Usage

There are two search modes, specified by the –mode argument. By default (i.e. –mode not specified), it will be set to remote, and a fully remote cblaster search will begin using NCBI’s BLAST API. Alternatively, local mode performs a search against a local diamond database, which is much quicker (albeit requiring some initial setup).

Performing a remote search via the NCBI BLAST API

At a minimum, a search could look like one of the following:

$ cblaster search -qf query.fasta
$ cblaster search -qi QBE85649.1 QBE85648.1 QBE85647.1 QBE85646.1 ...

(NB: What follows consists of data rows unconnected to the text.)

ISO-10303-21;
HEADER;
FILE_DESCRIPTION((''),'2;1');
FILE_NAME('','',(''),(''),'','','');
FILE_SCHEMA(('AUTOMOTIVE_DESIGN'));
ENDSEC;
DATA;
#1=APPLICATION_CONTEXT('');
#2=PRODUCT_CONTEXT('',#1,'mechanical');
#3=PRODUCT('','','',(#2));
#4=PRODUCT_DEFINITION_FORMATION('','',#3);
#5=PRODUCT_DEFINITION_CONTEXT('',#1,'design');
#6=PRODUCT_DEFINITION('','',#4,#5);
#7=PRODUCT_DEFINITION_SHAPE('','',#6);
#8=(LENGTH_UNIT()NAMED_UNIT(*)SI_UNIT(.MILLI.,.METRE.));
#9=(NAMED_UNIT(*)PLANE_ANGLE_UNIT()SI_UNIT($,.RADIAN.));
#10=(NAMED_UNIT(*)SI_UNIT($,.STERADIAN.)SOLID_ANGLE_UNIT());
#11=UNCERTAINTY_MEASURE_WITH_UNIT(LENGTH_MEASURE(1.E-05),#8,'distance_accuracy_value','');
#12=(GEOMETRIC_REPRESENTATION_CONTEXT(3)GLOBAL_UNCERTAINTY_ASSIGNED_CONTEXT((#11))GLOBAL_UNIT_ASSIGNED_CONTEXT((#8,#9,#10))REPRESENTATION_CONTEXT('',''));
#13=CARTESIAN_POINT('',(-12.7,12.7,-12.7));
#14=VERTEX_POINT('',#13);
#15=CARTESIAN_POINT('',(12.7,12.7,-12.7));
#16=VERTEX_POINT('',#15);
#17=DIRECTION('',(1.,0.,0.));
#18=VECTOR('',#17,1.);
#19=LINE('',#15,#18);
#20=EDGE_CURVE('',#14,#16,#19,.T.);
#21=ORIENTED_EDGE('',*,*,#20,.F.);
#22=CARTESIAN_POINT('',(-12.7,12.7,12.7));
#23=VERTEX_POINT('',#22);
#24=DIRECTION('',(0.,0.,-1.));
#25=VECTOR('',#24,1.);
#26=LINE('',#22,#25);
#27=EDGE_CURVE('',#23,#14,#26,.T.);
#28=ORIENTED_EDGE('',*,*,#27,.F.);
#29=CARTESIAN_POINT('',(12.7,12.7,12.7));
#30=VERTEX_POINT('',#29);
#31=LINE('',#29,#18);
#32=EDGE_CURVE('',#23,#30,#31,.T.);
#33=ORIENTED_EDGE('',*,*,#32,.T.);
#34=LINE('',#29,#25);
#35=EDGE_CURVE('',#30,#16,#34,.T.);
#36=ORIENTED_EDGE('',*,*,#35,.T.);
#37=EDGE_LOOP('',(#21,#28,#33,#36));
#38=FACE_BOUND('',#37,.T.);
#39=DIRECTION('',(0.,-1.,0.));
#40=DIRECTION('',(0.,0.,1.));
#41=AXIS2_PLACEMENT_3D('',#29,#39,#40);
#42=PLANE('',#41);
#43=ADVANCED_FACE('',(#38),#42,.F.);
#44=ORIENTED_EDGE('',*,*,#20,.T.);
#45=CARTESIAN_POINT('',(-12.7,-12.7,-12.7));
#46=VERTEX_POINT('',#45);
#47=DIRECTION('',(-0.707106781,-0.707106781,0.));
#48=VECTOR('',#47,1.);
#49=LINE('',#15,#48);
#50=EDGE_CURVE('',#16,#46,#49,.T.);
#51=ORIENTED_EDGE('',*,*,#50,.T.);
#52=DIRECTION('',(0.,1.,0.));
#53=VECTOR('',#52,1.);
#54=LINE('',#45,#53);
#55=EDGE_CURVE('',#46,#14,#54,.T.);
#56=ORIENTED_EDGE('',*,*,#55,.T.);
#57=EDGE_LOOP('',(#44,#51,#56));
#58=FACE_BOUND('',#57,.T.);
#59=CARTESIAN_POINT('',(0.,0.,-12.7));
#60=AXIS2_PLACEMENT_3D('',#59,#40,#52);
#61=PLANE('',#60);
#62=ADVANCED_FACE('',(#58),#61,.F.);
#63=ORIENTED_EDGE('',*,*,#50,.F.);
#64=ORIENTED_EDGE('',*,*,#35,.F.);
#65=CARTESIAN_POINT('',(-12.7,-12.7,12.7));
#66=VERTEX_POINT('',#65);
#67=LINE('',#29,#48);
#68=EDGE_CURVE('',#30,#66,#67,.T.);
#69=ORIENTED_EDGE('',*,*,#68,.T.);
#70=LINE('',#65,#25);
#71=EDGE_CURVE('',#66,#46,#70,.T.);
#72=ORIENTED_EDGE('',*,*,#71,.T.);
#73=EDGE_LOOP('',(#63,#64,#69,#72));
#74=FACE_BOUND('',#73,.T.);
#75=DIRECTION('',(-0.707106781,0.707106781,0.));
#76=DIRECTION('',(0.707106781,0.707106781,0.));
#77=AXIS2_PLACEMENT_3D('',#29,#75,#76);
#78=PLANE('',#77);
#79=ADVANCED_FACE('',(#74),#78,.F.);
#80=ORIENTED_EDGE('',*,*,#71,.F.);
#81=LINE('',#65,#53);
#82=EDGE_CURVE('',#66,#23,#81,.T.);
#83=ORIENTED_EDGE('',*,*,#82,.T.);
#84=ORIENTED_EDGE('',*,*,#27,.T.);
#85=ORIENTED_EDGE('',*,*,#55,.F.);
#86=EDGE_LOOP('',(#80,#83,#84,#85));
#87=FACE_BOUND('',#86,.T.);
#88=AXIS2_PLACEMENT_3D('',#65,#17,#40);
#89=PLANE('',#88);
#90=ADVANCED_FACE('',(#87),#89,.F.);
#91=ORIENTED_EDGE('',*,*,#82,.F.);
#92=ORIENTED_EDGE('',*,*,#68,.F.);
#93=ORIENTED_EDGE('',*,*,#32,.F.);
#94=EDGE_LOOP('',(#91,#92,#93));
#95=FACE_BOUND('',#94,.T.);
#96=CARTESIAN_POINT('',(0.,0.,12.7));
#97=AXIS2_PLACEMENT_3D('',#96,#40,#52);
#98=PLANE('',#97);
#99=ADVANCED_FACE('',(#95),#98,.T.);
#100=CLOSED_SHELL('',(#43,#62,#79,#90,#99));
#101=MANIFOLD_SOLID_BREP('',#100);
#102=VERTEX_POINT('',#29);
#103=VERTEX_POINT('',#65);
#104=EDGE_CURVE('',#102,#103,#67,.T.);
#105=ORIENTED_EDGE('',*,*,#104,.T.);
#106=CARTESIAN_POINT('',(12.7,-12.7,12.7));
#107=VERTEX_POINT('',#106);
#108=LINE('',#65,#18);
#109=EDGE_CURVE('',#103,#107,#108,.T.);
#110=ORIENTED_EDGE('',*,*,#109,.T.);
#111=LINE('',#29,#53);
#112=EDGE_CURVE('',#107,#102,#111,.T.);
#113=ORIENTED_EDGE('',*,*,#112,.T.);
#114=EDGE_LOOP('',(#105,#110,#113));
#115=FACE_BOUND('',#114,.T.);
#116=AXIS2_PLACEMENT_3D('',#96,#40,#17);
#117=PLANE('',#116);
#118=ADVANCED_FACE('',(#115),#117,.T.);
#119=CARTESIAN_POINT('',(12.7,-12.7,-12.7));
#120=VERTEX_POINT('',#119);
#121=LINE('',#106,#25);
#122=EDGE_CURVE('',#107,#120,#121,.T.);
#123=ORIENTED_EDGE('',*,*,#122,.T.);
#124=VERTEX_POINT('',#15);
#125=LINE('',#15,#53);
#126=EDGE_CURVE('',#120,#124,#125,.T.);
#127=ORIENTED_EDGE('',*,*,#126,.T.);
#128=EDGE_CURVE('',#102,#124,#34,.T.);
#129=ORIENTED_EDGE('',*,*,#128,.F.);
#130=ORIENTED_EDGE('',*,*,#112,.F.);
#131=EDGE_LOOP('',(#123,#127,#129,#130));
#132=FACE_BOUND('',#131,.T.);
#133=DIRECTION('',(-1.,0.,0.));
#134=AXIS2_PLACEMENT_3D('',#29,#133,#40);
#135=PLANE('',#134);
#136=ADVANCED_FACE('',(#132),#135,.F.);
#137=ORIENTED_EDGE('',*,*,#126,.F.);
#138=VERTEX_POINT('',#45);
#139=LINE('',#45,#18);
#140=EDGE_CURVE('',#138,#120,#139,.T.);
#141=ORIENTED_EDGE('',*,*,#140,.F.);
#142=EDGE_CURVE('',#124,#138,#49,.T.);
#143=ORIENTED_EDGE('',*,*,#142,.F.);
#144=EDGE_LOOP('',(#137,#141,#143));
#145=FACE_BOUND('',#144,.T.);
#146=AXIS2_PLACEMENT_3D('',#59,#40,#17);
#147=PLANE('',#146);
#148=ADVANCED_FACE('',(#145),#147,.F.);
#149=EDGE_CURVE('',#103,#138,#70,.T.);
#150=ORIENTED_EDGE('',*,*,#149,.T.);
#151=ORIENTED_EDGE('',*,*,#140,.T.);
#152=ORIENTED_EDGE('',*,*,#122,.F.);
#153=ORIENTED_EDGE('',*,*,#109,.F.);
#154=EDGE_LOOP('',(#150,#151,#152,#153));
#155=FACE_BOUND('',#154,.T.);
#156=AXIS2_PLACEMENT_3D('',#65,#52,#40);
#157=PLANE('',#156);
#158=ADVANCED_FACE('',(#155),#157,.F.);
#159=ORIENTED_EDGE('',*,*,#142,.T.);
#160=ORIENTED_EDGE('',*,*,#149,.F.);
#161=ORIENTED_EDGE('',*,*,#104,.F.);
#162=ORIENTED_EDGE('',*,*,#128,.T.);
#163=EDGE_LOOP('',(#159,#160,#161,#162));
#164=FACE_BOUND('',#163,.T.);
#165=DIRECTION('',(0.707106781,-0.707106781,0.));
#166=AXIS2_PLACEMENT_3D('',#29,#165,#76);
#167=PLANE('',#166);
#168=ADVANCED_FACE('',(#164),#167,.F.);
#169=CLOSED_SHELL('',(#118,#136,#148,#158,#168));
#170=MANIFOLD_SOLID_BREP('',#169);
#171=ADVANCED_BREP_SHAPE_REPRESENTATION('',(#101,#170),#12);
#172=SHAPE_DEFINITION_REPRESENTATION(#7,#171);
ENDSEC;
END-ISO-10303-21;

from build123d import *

# Parameters (mm, degrees)
EXTRUDE_1_DEPTH = 12.7


with BuildPart() as part:
    # 草图1 → 凸台-拉伸1 (new body, symmetric)
    with BuildSketch(Plane.XY):
        Polygon((-12.7, -12.7), (12.7, -12.7), (12.7, 12.7), align=None)
    extrude(amount=EXTRUDE_1_DEPTH, both=True)


with BuildPart() as body_2:
    # 镜向2: mirrored copy
    add(part.part.mirror(Plane(origin=(12.7, 12.7, 12.7), x_dir=(0, 0, 1), z_dir=(0.707106781, -0.707106781, 0))))


solid = Compound([part.part, body_2.part])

This will launch a remote search against the non-redundant (nr) protein database, retrieve and parse the results, then report any blocks of hits to the terminal. By default, hits are only reported if they are above 30% percent identity and 50% query coverage, and have an e-value below 0.01. If we wanted to be stricter, we could change those values with the following:

$ cblaster search -qf query.fasta --min_identity 70 --min_coverage 90 --evalue 0.001

You can also pass in NCBI search queries using -eq / –entrez_query to pre-filter the target database, which can result in vastly reduced run-times and more targeted results. For example, to only search against Aspergillus sequences:

$ cblaster search -qf query.fasta --entrez_query "Aspergillus"[ORGN]

Look here for a full description of Entrez search terms.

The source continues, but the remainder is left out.